Heh, interesting point - and you're probably right.  It's rather like the modern equivilant to making a Windows Millennium Second Edition... only, they had the sense to give up and move on with WinMe. :/


----------



## AlexInsane (Feb 17, 2009)

Wow, Windows 7 is going to be WORSE than the shitty OS it was meant to replace?

Jesus Christ. What the hell are they doing over there? Do they have manatees or brain-dead children saying how the OS is going to be configured or what?


----------



## net-cat (Feb 17, 2009)

ToeClaws said:


> *laughs* Now that would make a good t-shirt "DRM is just another layer on the shit cake."  I'd wear it proudly. :mrgreen:


Cafepress, local printer or even iron-on inkjet prints are your friend!





ToeClaws said:


> Heh, interesting point - and you're probably right.  It's rather like the modern equivilant to making a Windows Millennium Second Edition... only, they had the sense to give up and move on with WinMe. :/


I wouldn't go so far as to compare Vista to Millennium.

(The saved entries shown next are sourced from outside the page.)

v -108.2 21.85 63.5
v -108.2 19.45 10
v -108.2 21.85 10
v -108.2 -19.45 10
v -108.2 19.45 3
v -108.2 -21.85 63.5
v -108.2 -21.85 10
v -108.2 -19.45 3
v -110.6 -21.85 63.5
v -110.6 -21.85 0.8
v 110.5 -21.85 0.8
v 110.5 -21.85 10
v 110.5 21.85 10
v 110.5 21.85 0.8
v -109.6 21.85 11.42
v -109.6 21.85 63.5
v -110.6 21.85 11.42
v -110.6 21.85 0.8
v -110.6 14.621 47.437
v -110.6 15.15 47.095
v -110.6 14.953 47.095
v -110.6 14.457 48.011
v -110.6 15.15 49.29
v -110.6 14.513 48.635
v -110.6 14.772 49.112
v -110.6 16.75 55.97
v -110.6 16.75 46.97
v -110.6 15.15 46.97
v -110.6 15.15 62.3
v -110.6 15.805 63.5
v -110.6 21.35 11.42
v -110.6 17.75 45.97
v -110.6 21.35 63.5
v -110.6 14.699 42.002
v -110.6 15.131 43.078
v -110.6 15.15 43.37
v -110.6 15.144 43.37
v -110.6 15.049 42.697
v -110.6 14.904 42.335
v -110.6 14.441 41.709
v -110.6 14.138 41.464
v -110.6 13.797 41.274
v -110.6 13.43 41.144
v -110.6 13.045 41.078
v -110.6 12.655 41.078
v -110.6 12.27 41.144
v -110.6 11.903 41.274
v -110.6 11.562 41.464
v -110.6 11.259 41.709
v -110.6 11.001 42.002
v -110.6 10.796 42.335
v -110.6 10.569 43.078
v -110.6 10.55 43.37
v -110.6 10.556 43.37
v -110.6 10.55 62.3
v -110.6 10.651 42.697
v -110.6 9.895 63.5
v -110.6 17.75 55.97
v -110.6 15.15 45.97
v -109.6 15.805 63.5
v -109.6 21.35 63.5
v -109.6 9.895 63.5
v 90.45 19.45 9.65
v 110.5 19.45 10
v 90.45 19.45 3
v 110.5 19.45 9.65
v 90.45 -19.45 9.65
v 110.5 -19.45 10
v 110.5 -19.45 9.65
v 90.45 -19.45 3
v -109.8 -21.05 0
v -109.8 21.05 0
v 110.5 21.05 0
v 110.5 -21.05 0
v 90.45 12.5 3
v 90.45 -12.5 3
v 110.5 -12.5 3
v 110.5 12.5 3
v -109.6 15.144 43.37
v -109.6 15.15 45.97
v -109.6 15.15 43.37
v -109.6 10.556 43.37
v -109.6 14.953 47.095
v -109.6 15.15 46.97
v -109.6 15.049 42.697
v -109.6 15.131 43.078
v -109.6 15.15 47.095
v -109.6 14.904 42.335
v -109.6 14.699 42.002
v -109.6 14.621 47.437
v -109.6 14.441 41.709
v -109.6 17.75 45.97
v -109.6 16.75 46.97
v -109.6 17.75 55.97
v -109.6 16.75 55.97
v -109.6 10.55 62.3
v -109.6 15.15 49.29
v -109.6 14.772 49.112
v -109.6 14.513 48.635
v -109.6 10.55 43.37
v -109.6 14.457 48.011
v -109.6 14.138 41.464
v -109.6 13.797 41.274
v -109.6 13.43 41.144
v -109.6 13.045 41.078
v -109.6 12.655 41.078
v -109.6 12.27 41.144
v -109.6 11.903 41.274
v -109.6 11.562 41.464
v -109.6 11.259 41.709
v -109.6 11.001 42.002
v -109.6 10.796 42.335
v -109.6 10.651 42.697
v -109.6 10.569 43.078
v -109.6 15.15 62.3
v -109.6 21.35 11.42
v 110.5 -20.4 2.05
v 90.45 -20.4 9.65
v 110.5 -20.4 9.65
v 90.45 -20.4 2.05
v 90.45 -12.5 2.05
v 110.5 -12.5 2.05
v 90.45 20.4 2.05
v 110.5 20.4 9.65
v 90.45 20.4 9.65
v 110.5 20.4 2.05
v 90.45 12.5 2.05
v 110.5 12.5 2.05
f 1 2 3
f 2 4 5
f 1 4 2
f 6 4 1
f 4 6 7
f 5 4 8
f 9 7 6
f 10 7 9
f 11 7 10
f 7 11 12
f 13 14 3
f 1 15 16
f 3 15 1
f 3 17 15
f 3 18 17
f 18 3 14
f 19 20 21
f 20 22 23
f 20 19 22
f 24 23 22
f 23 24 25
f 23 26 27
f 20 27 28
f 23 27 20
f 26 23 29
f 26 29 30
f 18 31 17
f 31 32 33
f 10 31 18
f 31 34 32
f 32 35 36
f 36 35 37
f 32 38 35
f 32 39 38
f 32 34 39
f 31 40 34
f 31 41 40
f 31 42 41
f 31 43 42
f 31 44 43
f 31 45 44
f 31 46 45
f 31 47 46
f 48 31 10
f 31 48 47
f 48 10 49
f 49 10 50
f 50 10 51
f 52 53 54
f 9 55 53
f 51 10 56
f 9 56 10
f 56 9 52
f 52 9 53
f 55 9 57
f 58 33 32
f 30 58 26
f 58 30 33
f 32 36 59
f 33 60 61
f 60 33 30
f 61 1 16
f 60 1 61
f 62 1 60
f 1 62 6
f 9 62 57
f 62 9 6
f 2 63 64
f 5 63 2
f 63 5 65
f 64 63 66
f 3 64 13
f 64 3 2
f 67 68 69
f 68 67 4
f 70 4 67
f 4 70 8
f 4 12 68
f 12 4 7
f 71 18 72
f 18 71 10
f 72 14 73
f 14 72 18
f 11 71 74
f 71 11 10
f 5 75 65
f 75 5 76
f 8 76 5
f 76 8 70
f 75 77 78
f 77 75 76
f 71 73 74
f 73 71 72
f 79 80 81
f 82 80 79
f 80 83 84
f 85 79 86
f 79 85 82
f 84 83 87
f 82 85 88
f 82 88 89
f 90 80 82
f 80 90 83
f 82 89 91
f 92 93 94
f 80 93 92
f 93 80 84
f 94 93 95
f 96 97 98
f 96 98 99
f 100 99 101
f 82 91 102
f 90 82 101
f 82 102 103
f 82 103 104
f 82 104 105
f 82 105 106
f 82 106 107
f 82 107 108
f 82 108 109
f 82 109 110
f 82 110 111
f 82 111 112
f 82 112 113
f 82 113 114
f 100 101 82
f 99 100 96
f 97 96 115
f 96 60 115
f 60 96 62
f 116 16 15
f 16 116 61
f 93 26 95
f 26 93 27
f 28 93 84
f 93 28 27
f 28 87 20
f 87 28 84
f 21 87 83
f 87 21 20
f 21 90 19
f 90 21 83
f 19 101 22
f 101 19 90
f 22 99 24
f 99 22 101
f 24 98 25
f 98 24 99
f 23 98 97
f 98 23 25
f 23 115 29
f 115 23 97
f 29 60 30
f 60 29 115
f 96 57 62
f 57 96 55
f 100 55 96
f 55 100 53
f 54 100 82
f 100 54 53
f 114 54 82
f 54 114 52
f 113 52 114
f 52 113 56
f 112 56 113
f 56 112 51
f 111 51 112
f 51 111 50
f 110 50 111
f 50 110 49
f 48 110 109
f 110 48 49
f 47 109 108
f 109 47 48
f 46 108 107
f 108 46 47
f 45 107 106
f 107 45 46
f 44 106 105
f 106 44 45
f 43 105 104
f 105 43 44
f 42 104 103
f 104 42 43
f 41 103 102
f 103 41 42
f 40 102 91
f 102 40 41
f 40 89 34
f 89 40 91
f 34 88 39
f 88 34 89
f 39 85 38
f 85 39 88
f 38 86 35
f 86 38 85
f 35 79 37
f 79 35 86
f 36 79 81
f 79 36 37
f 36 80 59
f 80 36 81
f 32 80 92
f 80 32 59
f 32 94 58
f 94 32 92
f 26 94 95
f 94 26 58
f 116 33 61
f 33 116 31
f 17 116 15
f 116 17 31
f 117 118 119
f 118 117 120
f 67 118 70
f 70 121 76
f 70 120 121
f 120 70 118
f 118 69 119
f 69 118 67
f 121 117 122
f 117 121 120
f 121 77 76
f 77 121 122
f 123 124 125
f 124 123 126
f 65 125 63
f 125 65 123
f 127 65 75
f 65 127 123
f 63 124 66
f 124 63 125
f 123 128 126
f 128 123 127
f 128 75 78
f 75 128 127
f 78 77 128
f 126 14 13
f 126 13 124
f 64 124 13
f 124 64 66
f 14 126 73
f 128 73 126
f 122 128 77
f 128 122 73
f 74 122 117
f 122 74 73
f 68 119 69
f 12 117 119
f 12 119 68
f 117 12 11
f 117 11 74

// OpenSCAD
/* =====================================================
   UniFi Toolless Mini Rack — OCD Panel (earless)
   =====================================================
   Filler panels for the UniFi Toolless Mini Rack
   (U-Rack-6U-TL). That rack has no 19" rails, so the usual
   eared blanks don't fit. Like Ubiquiti's own OCD panels
   (UACC-Rack-Panel-*), these are a U-channel with no ears:
   a front face plus two side flanges that slide in between
   the rack's side slats, sit on a slot's ledge, and catch
   that slot's side pin in a slot in each flange.

   Rack geometry (measured from Ubiquiti's 3D model of the
   U-Rack-6U-TL; see unifi_ocd_panel.md):
     slot pitch       48 mm (not EIA 44.45)
     slat-to-slat     444.4 mm clear
     side pin         Ø4, 9 mm above the ledge top,
                      42.4 mm behind the post front,
                      sticks 4.5 mm in from the slat
     ledge            1.65 mm sheet, 19.7 mm in from the
                      slat, ends 10.9 mm behind the post
                      front

   Panel (matches Ubiquiti's: 442.4 wide, 63.5 deep,
   43.7 / 87.4 tall). Too wide for most beds, so it splits
   into `pieces` that butt together and are glued with
   L-shaped splices tucked into pockets in the top and
   bottom returns.

   A small detent spring in each pin slot clicks over the
   pin as the panel seats, so it can't creep forward.

   Coordinates (assembled): X across (centred), Y back
   from the front face, Z up from the ledge top.
   ===================================================== */

$fa = 2;
$fs = 0.4;

/* ── Selection (set by presets) ─────────────────────── */
part   = "panel";   // [panel, splice, fit_test, assembled, none]
style  = "blank";   // [blank, vented, passthrough]
units  = 1;         // rack slots tall: 1 or 2
piece  = 0;         // which piece of the split panel (0 = left)

/* ── Split ──────────────────────────────────────────── */
pieces    = 2;      // 1 = one piece (needs a ~450 mm bed)
seam_gap  = 0.1;    // per side, at each butt seam

/* ── Rack (measured) ────────────────────────────────── */
slot_pitch   = 48;
pin_d        = 3.98;
pin_z        = 9.0;     // pin centre above the ledge top
pin_setback  = 42.37;   // pin centre behind the post front
ledge_t      = 1.65;
ledge_front  = 10.92;   // ledge front edge behind the post front

/* ── Panel ──────────────────────────────────────────── */
W           = 442.4;    // overall width (rack clear: 444.4)
D           = 63.5;     // overall depth
U_H         = 43.7;     // height per unit (UniFi 1U gear)
front_proud = 1.0;      // face sits this far proud of the posts
face_t      = 3.0;
flange_t    = 2.4;      // side flanges
return_t    = 2.4;      // top/bottom returns
return_d    = 10;       // returns, measured from the front
chamfer     = 0.8;      // front edge chamfer

/* ── Pin slot + detent ──────────────────────────────── */
slot_w      = 4.6;      // pin 3.98 + clearance
lead_in     = 1.2;      // chamfer at the slot mouth
bump_h      = 0.7;      // detent bump height (pin rides 0.3 over the floor)
spring_t    = 1.6;      // detent beam thickness
spring_len  = 10;       // detent beam length (cantilever)
relief_w    = 1.0;      // cut that frees the beam

/* ── Splice ─────────────────────────────────────────── */
splice_len  = 40;
splice_t    = 1.6;
splice_drop = 6;        // leg down the back of the face
pocket_d    = 0.8;      // pocket depth into face / return
splice_clr  = 0.15;

/* ── Styles ─────────────────────────────────────────── */
vent_w      = 3;
vent_pitch  = 6;
vent_margin = 12;       // keep vents this far off the seams
vent_edge   = 24;       // ...and off the side flanges
pass_w      = 400;      // pass-through opening (Ubiquiti brush panel)
pass_h_1u   = 24;

/* ── Derived ────────────────────────────────────────── */
// Scenes `include` this file and set $units / $style per panel.
$units = units;
$style = style;
function ph() = $units * U_H;
eps   = 0.01;
pin_y = front_proud + pin_setback;        // pin centre, from the face
seams = [for (k = [1 : pieces - 1]) -W/2 + k * W / pieces];
splice_xs = seams;

/* ── Body ───────────────────────────────────────────── */

module face_slab() {
    hull() {
        translate([-W/2 + chamfer, 0, chamfer])
            cube([W - 2*chamfer, eps, ph() - 2*chamfer]);
        translate([-W/2, chamfer, 0]) cube([W, face_t - chamfer, ph()]);
    }
}

module channel() {
    face_slab();
    // side flanges
    for (s = [-1, 1])
        translate([s > 0 ? W/2 - flange_t : -W/2, face_t - eps, 0])
            cube([flange_t, D - face_t + eps, ph()]);
    // top / bottom returns
    for (z = [0, ph() - return_t])
        translate([-W/2, face_t - eps, z])
            cube([W, return_d - face_t + eps, return_t]);
}

/* ── Pin slot with detent, in the YZ plane of a flange ─ */
// 2D in (y, z): y back from the face, z up from the ledge.

module pin_slot_2d(zc) {
    r  = slot_w / 2;
    zb = zc - r;                     // slot floor
    // the slot, open to the back edge, round end on the pin
    translate([pin_y, zc]) circle(r = r);
    translate([pin_y, zb]) square([D - pin_y + 1, slot_w]);
    // lead-in at the mouth
    translate([D, zc])
        polygon([[1, -r - lead_in], [1, r + lead_in], [-lead_in, r], [-lead_in, -r]]);
    // detent: cantilever beam under the slot floor, rooted at the
    // back, free just behind the seated pin
    tip = pin_y + r + 0.3;
    translate([tip, zb - spring_t - relief_w]) square([spring_len, relief_w]);
    translate([tip, zb - spring_t - relief_w]) square([relief_w, spring_t + relief_w + eps]);
}

module bump_2d(zc) {
    // rides on the beam's free end, pokes up into the slot
    translate([pin_y + slot_w/2 + 0.3 + relief_w + 1.2, zc - slot_w/2])
        scale([1.6, 1]) circle(r = bump_h);
}

// Notch that lets a 2U flange pass over the middle ledge.
module ledge_notch_2d(k) {
    z0 = k * slot_pitch;
    y0 = front_proud + ledge_front - 0.5;
    translate([y0, z0 - ledge_t - 0.5]) square([D - y0 + 1, ledge_t + 1.0]);
}

module flange_cuts() {
    for (s = [-1, 1])
        translate([s * W/2, 0, 0]) rotate([90, 0, 90])
            translate([0, 0, -flange_t - 1]) linear_extrude(flange_t + 2)
                difference() {
                    union() {
                        for (k = [0 : $units - 1]) pin_slot_2d(k * slot_pitch + pin_z);
                        for (k = [1 : $units - 1]) ledge_notch_2d(k);
                    }
                    for (k = [0 : $units - 1]) bump_2d(k * slot_pitch + pin_z);
                }
}

/* ── Face styles ────────────────────────────────────── */

function near_seam(x, m) = len([for (s = seams) if (abs(x - s) < m) 1]) > 0;
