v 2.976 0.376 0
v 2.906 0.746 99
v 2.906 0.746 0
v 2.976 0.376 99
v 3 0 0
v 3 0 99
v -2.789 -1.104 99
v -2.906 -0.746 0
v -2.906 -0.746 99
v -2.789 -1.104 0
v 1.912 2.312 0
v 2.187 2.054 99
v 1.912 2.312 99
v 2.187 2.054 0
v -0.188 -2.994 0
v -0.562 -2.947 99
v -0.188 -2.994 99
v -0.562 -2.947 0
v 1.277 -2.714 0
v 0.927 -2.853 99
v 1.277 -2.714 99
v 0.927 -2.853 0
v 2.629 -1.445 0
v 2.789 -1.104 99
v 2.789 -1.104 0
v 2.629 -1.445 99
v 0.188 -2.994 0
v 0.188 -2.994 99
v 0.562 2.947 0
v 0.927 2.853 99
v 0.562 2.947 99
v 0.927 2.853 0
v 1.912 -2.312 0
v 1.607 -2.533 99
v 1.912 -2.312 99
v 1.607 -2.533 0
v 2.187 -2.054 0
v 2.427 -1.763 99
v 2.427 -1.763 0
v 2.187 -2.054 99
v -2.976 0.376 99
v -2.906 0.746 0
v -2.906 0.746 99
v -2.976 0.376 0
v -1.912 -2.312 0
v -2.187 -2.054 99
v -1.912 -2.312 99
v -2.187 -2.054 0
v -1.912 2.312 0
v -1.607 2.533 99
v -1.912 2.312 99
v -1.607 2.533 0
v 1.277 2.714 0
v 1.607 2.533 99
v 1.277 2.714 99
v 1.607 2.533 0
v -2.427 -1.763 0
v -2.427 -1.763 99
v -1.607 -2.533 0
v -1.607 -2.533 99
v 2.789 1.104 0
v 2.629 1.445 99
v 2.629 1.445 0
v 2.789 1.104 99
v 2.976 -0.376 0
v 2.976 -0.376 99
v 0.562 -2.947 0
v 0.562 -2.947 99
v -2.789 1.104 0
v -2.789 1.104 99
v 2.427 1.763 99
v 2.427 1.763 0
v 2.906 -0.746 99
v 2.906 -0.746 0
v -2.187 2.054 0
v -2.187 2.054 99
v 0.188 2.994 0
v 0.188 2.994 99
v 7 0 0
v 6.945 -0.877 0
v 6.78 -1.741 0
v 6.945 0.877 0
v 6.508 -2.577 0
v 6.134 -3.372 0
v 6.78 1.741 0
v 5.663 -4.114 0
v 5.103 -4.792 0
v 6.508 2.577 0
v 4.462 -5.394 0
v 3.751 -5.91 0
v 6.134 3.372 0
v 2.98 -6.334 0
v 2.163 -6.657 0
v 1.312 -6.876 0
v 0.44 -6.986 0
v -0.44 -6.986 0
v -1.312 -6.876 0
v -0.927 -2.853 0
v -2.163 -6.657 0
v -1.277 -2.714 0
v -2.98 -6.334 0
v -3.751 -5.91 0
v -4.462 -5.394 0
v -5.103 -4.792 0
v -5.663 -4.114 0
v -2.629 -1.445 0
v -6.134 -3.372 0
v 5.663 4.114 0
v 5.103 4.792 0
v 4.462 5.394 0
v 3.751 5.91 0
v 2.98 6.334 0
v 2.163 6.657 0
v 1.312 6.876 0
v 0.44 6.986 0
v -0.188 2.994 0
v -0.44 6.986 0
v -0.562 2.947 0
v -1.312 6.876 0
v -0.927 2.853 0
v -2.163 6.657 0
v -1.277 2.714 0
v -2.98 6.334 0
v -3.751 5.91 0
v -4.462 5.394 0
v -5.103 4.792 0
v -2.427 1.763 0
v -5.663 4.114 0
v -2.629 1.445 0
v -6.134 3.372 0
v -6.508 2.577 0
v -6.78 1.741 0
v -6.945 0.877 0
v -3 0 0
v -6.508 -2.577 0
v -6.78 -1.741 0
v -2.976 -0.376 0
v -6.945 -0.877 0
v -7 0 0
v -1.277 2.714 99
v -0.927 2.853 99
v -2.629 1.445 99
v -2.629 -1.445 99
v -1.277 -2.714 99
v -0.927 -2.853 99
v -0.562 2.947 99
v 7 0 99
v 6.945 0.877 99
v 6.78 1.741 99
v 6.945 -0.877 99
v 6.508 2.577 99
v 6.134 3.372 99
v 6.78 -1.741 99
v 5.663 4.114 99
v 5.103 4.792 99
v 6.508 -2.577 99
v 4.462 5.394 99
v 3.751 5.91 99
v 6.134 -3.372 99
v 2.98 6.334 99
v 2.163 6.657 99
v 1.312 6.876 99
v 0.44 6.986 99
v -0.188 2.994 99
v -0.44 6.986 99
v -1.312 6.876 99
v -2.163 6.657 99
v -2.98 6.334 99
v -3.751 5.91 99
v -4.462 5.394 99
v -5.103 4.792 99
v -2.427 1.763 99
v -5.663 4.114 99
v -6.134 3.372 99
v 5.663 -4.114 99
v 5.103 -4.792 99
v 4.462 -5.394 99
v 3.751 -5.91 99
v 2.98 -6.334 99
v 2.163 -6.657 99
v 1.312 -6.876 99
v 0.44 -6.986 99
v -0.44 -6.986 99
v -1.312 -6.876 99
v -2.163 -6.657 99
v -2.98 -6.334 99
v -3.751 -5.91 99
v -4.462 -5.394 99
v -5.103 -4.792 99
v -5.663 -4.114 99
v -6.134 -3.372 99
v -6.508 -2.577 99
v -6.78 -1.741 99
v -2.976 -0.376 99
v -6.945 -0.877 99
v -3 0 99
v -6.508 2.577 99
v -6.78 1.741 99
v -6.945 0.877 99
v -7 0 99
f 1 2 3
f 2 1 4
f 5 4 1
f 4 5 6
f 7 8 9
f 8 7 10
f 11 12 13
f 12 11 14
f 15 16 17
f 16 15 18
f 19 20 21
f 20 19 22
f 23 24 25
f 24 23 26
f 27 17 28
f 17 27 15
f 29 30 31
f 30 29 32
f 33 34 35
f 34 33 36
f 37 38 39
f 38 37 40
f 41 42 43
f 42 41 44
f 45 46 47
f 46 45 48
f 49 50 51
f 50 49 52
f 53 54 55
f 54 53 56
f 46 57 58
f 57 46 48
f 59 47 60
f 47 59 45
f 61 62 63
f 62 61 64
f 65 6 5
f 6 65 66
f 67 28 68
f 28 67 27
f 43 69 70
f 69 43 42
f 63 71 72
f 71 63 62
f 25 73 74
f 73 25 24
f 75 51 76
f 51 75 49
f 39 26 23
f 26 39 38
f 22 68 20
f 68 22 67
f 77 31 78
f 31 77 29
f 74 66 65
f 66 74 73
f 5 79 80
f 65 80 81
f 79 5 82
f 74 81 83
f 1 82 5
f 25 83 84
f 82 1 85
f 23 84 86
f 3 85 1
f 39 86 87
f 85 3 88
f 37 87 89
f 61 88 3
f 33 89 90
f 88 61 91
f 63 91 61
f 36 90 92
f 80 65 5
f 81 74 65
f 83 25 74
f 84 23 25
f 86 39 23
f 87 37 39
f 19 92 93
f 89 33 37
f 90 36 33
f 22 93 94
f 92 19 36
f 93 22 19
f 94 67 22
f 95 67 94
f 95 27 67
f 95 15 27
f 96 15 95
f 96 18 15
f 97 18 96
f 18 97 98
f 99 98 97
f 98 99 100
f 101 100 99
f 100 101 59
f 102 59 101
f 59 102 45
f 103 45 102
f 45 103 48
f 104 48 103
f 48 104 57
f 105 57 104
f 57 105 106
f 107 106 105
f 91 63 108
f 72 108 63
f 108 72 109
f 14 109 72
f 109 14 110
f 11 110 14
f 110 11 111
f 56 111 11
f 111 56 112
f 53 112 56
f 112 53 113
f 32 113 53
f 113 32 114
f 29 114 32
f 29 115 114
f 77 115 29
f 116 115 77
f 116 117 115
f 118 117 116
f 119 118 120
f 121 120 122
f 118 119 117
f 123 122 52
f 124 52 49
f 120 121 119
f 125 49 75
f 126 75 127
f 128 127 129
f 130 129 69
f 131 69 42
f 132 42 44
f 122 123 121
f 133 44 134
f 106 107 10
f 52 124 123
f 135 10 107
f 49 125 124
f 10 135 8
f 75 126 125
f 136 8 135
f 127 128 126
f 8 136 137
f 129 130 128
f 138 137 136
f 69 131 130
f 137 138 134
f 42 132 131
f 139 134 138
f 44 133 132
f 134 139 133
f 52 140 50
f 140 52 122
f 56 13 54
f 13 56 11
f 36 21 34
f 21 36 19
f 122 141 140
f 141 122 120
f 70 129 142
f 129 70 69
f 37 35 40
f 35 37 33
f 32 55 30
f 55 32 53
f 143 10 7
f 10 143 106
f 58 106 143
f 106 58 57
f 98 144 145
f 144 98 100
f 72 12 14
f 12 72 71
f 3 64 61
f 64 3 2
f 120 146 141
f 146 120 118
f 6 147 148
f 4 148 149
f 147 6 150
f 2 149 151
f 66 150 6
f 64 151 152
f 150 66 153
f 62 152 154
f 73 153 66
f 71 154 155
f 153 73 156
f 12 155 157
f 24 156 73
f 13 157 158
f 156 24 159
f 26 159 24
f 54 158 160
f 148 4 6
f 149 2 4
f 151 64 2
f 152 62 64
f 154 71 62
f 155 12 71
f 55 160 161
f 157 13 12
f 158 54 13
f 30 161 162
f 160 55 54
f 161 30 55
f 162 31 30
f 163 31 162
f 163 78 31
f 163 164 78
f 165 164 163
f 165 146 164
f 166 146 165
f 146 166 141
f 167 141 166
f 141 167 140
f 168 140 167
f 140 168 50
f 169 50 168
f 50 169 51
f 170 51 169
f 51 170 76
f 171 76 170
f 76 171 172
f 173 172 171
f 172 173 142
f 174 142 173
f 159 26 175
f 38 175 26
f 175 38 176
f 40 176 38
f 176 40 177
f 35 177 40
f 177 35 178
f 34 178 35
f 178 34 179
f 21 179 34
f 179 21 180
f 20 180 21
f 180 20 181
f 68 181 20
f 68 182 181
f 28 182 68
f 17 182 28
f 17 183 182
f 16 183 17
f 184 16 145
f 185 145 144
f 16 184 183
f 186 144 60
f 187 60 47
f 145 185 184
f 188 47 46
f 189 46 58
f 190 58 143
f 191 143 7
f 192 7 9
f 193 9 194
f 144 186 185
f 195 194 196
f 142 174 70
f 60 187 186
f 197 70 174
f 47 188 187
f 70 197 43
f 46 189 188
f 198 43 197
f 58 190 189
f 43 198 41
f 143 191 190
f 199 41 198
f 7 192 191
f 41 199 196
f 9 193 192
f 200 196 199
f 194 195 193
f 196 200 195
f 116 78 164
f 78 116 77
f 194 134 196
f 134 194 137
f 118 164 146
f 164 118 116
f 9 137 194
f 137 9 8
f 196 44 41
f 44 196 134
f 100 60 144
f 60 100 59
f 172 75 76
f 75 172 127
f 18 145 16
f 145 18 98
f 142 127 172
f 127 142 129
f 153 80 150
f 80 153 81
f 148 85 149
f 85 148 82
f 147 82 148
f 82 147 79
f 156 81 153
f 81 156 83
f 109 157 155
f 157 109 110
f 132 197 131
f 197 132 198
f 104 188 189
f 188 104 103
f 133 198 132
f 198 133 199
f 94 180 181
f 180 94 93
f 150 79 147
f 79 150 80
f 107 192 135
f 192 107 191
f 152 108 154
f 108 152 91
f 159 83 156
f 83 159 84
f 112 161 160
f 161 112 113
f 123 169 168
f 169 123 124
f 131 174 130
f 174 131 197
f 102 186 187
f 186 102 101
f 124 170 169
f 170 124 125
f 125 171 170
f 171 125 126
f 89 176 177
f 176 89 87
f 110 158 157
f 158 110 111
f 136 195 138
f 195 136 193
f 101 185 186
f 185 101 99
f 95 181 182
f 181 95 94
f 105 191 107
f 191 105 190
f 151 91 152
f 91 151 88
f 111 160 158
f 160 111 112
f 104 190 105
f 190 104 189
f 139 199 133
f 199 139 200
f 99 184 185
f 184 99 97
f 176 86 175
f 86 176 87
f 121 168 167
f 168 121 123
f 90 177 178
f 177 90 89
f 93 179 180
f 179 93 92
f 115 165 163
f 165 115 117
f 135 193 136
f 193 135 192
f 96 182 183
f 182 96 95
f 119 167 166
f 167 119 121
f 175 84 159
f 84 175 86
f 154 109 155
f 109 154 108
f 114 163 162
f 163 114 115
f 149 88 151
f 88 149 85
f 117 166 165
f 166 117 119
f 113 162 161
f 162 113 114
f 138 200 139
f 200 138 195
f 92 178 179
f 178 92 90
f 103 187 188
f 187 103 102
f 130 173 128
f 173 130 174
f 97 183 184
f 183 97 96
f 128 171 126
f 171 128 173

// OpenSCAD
$fn = 50;


difference() {
	union() {
		cylinder(h = 99, r = 7.0000000000);
	}
	union() {
		cylinder(h = 99, r = 3.0000000000);
		cylinder(h = 99, r = 1.5000000000);
		cylinder(h = 99, r = 1.5000000000);
		cylinder(h = 99, r = 1.5000000000);
	}
}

Millennium was a rush release tacked on top of the already overextended Win9x line that was on its way out anyway. (2000 was supposed to be what XP ended up being. That's why the tried to make 2000 and Millennium look similar. Though the were smart enough to not try to pass it off as "2000 Home Edition.") Windows NT, on the other hand, was and continues to be a solid platform. "Moving on," as you suggest, from the Windows NT platform would not serve them very well. Especially since it doesn't address the underlying problems. (That is: Their shell people suck at what they do, corporate politics and their interests often don't align with that of their customers.)


----------



## ToeClaws (Feb 17, 2009)

net-cat said:


> I wouldn't go so far as to compare Vista to Millennium...<snip>



I didn't mean it as a technical comparison so much as a comparison in popularity.  WinMe was the first really big failure the company had since Windows 3.0.  Vista has been their next biggest flop, so in that sense, it's very similar.  From a technical standpoint, WinMe made no sense.  They had brought out 2000, which most geeks figured would be the much needed death knell for the 9x DOS-based Windows family, yet, out comes WinMe a few months later and even more shocking, Microsoft throws their marketing weight behind it, trying to convince home users it's the best choice. >_<

To me, Windows 2000 was the closest they ever came to a good version of Windows - it was stable, fast, and well... I don't really want to use "secure" in the same sentence as Windows but it was at least more secure than anything else they had previously made.  XP, to me, was an unnecessary and bloated tweak to the 2000 kernel, but from a marketing standpoint, they did it because 2000 had really not been pushed hard and had very little desktop market penetration.


----------



## Runefox (Feb 17, 2009)

AlexInsane said:


> Wow, Windows 7 is going to be WORSE than the shitty OS it was meant to replace?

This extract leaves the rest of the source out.